▸ Exercise requirements: Word for word, restate the lines from the start of the data down to the line with "#25=VERTEX_POINT('',#24);", both included.

═══ Source material

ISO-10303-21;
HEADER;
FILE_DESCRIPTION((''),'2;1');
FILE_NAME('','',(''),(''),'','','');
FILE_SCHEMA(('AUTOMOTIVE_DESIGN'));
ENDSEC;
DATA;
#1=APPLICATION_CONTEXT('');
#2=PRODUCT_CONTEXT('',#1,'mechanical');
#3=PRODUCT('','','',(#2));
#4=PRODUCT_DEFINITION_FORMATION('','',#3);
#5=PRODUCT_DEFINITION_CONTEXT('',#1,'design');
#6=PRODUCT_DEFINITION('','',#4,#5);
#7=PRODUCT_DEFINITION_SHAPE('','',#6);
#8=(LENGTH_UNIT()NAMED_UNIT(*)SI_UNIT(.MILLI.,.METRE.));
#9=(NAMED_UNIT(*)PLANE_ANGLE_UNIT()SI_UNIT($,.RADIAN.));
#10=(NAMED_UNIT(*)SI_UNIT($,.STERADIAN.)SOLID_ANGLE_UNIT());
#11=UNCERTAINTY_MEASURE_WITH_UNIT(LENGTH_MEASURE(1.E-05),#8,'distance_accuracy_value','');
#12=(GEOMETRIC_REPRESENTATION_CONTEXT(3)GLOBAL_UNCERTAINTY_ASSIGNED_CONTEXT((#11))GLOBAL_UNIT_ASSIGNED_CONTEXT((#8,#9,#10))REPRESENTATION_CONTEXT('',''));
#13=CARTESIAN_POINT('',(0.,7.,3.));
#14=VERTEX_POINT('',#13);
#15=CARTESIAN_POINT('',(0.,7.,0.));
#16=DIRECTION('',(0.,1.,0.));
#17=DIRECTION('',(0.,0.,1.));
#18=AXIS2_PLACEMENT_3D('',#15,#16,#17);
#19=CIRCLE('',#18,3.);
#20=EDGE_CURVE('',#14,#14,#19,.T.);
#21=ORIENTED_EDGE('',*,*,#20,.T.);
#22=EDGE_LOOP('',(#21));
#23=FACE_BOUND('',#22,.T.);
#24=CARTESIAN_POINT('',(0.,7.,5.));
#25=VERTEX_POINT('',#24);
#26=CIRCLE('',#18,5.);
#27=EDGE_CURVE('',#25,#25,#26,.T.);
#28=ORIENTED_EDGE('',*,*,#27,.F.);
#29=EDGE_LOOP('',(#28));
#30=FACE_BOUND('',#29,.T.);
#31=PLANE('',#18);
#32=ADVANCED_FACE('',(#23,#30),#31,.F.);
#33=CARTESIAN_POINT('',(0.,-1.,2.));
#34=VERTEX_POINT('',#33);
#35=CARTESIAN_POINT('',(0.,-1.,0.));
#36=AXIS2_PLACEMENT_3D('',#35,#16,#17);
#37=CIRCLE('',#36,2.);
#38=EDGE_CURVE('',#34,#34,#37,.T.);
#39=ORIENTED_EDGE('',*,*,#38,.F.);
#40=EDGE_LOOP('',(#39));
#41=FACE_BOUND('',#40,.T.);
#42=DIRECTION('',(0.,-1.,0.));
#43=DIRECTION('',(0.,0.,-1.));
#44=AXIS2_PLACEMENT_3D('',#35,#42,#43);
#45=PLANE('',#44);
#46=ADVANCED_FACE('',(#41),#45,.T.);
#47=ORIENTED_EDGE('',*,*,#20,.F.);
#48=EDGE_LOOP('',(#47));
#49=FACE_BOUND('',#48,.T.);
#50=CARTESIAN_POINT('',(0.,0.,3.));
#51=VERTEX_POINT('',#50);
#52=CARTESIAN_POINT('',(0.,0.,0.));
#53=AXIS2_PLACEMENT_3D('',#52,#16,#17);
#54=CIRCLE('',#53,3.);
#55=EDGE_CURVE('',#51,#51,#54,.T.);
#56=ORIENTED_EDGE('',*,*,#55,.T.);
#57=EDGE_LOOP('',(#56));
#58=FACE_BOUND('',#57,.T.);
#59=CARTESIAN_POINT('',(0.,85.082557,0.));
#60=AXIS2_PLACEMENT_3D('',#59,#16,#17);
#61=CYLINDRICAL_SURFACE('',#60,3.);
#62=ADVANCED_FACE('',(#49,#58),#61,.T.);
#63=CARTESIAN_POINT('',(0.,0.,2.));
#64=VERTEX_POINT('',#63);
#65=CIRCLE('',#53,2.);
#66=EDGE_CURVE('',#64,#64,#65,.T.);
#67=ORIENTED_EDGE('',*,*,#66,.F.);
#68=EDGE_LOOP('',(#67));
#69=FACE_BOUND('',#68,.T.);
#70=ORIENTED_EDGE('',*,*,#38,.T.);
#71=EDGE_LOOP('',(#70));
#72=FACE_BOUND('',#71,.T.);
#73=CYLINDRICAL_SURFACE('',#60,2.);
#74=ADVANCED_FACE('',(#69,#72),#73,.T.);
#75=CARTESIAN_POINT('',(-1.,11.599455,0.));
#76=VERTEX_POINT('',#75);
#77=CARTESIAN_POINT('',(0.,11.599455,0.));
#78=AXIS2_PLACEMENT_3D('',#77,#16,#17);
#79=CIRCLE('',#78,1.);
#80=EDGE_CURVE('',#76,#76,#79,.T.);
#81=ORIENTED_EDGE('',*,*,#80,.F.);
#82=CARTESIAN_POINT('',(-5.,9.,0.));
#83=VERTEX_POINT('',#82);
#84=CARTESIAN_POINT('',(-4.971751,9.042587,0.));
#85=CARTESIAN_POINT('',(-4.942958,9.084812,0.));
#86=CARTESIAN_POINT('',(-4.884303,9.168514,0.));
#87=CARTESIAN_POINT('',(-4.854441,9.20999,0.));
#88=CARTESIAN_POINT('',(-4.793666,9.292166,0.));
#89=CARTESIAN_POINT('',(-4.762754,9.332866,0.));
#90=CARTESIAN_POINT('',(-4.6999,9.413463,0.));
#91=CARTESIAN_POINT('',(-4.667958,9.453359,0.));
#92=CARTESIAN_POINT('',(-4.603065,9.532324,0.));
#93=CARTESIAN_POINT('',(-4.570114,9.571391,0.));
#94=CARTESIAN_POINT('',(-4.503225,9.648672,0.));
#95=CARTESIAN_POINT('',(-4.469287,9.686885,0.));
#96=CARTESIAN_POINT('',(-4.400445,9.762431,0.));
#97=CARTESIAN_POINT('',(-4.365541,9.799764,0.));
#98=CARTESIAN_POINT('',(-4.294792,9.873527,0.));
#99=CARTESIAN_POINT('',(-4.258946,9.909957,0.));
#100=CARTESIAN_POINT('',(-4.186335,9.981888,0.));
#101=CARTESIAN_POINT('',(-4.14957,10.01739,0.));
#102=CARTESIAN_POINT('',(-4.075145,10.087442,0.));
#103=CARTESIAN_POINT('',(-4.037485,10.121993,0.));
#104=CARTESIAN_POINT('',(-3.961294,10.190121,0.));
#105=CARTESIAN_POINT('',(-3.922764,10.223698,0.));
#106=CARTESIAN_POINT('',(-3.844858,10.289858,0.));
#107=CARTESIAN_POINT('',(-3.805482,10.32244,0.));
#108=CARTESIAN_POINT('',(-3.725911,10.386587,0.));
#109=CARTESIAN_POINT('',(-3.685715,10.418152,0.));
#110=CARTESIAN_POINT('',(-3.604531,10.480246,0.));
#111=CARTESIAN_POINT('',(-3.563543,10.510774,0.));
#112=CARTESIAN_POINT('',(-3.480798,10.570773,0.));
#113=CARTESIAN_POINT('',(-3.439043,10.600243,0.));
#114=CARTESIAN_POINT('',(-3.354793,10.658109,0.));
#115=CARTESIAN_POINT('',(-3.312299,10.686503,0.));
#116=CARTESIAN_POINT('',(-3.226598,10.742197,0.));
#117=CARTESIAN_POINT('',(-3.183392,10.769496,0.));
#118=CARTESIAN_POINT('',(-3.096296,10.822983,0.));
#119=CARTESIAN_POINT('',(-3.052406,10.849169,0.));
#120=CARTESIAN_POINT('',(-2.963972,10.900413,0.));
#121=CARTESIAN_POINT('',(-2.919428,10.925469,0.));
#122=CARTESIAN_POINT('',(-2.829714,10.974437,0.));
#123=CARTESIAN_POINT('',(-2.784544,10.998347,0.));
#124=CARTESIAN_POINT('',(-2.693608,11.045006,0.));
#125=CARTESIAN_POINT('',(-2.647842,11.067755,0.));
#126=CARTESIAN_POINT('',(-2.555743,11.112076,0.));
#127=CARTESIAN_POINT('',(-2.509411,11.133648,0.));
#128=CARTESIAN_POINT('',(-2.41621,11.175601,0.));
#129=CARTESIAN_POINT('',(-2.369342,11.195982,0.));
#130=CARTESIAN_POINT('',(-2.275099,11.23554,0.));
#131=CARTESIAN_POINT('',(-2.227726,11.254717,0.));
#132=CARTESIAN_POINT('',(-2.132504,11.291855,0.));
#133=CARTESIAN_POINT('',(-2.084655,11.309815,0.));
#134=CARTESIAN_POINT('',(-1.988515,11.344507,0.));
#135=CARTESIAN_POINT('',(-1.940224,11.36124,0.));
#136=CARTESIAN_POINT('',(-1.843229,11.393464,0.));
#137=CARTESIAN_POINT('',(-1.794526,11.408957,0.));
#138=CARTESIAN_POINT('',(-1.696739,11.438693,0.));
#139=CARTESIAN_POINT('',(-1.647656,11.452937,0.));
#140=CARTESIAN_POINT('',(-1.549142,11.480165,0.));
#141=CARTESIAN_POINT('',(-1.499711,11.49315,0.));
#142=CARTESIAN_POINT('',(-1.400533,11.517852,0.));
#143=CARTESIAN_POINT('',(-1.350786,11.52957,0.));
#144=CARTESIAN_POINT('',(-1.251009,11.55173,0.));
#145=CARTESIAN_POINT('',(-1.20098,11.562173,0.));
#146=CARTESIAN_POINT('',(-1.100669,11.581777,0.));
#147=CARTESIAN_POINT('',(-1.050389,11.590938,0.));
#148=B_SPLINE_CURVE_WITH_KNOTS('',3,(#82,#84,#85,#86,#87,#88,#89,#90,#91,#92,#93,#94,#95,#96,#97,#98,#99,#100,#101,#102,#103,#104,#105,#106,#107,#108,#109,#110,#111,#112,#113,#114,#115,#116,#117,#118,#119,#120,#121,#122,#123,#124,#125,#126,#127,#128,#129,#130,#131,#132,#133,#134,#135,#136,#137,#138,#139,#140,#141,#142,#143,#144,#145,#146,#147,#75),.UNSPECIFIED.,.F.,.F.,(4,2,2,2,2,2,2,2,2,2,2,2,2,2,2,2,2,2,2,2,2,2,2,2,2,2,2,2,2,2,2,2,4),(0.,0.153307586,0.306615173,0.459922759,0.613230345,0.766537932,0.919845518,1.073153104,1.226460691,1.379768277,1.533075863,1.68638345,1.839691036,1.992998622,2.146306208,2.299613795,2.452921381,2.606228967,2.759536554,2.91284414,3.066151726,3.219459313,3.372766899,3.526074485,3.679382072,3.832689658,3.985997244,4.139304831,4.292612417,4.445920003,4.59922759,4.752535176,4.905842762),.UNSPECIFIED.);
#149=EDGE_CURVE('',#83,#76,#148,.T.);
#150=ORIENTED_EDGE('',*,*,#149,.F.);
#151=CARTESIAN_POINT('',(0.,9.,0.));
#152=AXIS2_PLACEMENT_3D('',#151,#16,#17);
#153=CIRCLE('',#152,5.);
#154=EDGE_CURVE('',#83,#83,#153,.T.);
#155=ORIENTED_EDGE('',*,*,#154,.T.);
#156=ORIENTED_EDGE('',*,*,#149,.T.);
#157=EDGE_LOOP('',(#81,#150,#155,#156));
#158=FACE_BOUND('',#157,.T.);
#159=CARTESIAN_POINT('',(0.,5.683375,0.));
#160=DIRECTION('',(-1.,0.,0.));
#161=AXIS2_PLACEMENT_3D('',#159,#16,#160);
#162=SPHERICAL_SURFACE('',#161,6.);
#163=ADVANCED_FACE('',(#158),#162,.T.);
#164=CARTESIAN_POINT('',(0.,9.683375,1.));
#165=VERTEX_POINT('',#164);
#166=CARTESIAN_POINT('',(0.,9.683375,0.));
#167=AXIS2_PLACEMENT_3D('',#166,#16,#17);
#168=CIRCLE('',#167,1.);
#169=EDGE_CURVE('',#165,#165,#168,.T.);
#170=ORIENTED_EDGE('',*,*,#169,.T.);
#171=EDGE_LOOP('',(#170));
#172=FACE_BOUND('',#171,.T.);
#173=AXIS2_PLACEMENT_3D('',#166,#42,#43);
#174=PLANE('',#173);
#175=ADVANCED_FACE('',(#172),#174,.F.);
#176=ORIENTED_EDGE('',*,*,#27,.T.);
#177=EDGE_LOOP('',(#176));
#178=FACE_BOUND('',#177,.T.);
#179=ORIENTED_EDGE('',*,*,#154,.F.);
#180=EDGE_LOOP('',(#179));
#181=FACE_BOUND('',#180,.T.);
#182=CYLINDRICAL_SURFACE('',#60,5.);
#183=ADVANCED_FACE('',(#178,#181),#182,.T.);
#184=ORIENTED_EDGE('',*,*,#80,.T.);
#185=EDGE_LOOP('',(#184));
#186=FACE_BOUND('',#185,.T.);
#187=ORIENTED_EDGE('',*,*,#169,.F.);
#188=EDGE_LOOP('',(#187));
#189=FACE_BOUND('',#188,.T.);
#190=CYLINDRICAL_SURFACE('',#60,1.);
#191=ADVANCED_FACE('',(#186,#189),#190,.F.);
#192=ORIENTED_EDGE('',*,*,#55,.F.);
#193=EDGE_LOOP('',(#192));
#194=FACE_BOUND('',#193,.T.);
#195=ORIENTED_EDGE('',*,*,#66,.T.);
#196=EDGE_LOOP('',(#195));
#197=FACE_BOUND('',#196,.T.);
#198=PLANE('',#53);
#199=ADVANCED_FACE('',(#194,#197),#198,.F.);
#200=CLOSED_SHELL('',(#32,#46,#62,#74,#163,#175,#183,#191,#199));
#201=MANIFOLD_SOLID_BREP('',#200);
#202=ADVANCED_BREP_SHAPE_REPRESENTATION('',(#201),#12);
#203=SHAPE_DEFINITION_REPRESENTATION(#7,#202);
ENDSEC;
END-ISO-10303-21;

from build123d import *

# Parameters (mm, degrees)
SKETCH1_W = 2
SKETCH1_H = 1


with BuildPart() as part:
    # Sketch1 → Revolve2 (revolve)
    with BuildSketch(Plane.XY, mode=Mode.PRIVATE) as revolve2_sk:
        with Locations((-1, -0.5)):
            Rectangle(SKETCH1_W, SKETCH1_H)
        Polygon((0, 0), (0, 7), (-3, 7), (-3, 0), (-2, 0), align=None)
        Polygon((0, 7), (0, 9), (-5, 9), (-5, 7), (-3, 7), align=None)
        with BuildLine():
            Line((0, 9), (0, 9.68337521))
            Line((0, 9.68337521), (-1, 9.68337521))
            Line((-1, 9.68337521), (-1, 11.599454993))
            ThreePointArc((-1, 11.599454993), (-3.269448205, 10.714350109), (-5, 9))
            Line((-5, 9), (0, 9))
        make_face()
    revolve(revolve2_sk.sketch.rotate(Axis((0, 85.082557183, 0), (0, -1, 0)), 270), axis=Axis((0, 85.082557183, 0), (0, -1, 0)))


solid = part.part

══════

▸ Solution to this exercise:
ISO-10303-21;
HEADER;
FILE_DESCRIPTION((''),'2;1');
FILE_NAME('','',(''),(''),'','','');
FILE_SCHEMA(('AUTOMOTIVE_DESIGN'));
ENDSEC;
DATA;
#1=APPLICATION_CONTEXT('');
#2=PRODUCT_CONTEXT('',#1,'mechanical');
#3=PRODUCT('','','',(#2));
#4=PRODUCT_DEFINITION_FORMATION('','',#3);
#5=PRODUCT_DEFINITION_CONTEXT('',#1,'design');
#6=PRODUCT_DEFINITION('','',#4,#5);
#7=PRODUCT_DEFINITION_SHAPE('','',#6);
#8=(LENGTH_UNIT()NAMED_UNIT(*)SI_UNIT(.MILLI.,.METRE.));
#9=(NAMED_UNIT(*)PLANE_ANGLE_UNIT()SI_UNIT($,.RADIAN.));
#10=(NAMED_UNIT(*)SI_UNIT($,.STERADIAN.)SOLID_ANGLE_UNIT());
#11=UNCERTAINTY_MEASURE_WITH_UNIT(LENGTH_MEASURE(1.E-05),#8,'distance_accuracy_value','');
#12=(GEOMETRIC_REPRESENTATION_CONTEXT(3)GLOBAL_UNCERTAINTY_ASSIGNED_CONTEXT((#11))GLOBAL_UNIT_ASSIGNED_CONTEXT((#8,#9,#10))REPRESENTATION_CONTEXT('',''));
#13=CARTESIAN_POINT('',(0.,7.,3.));
#14=VERTEX_POINT('',#13);
#15=CARTESIAN_POINT('',(0.,7.,0.));
#16=DIRECTION('',(0.,1.,0.));
#17=DIRECTION('',(0.,0.,1.));
#18=AXIS2_PLACEMENT_3D('',#15,#16,#17);
#19=CIRCLE('',#18,3.);
#20=EDGE_CURVE('',#14,#14,#19,.T.);
#21=ORIENTED_EDGE('',*,*,#20,.T.);
#22=EDGE_LOOP('',(#21));
#23=FACE_BOUND('',#22,.T.);
#24=CARTESIAN_POINT('',(0.,7.,5.));
#25=VERTEX_POINT('',#24);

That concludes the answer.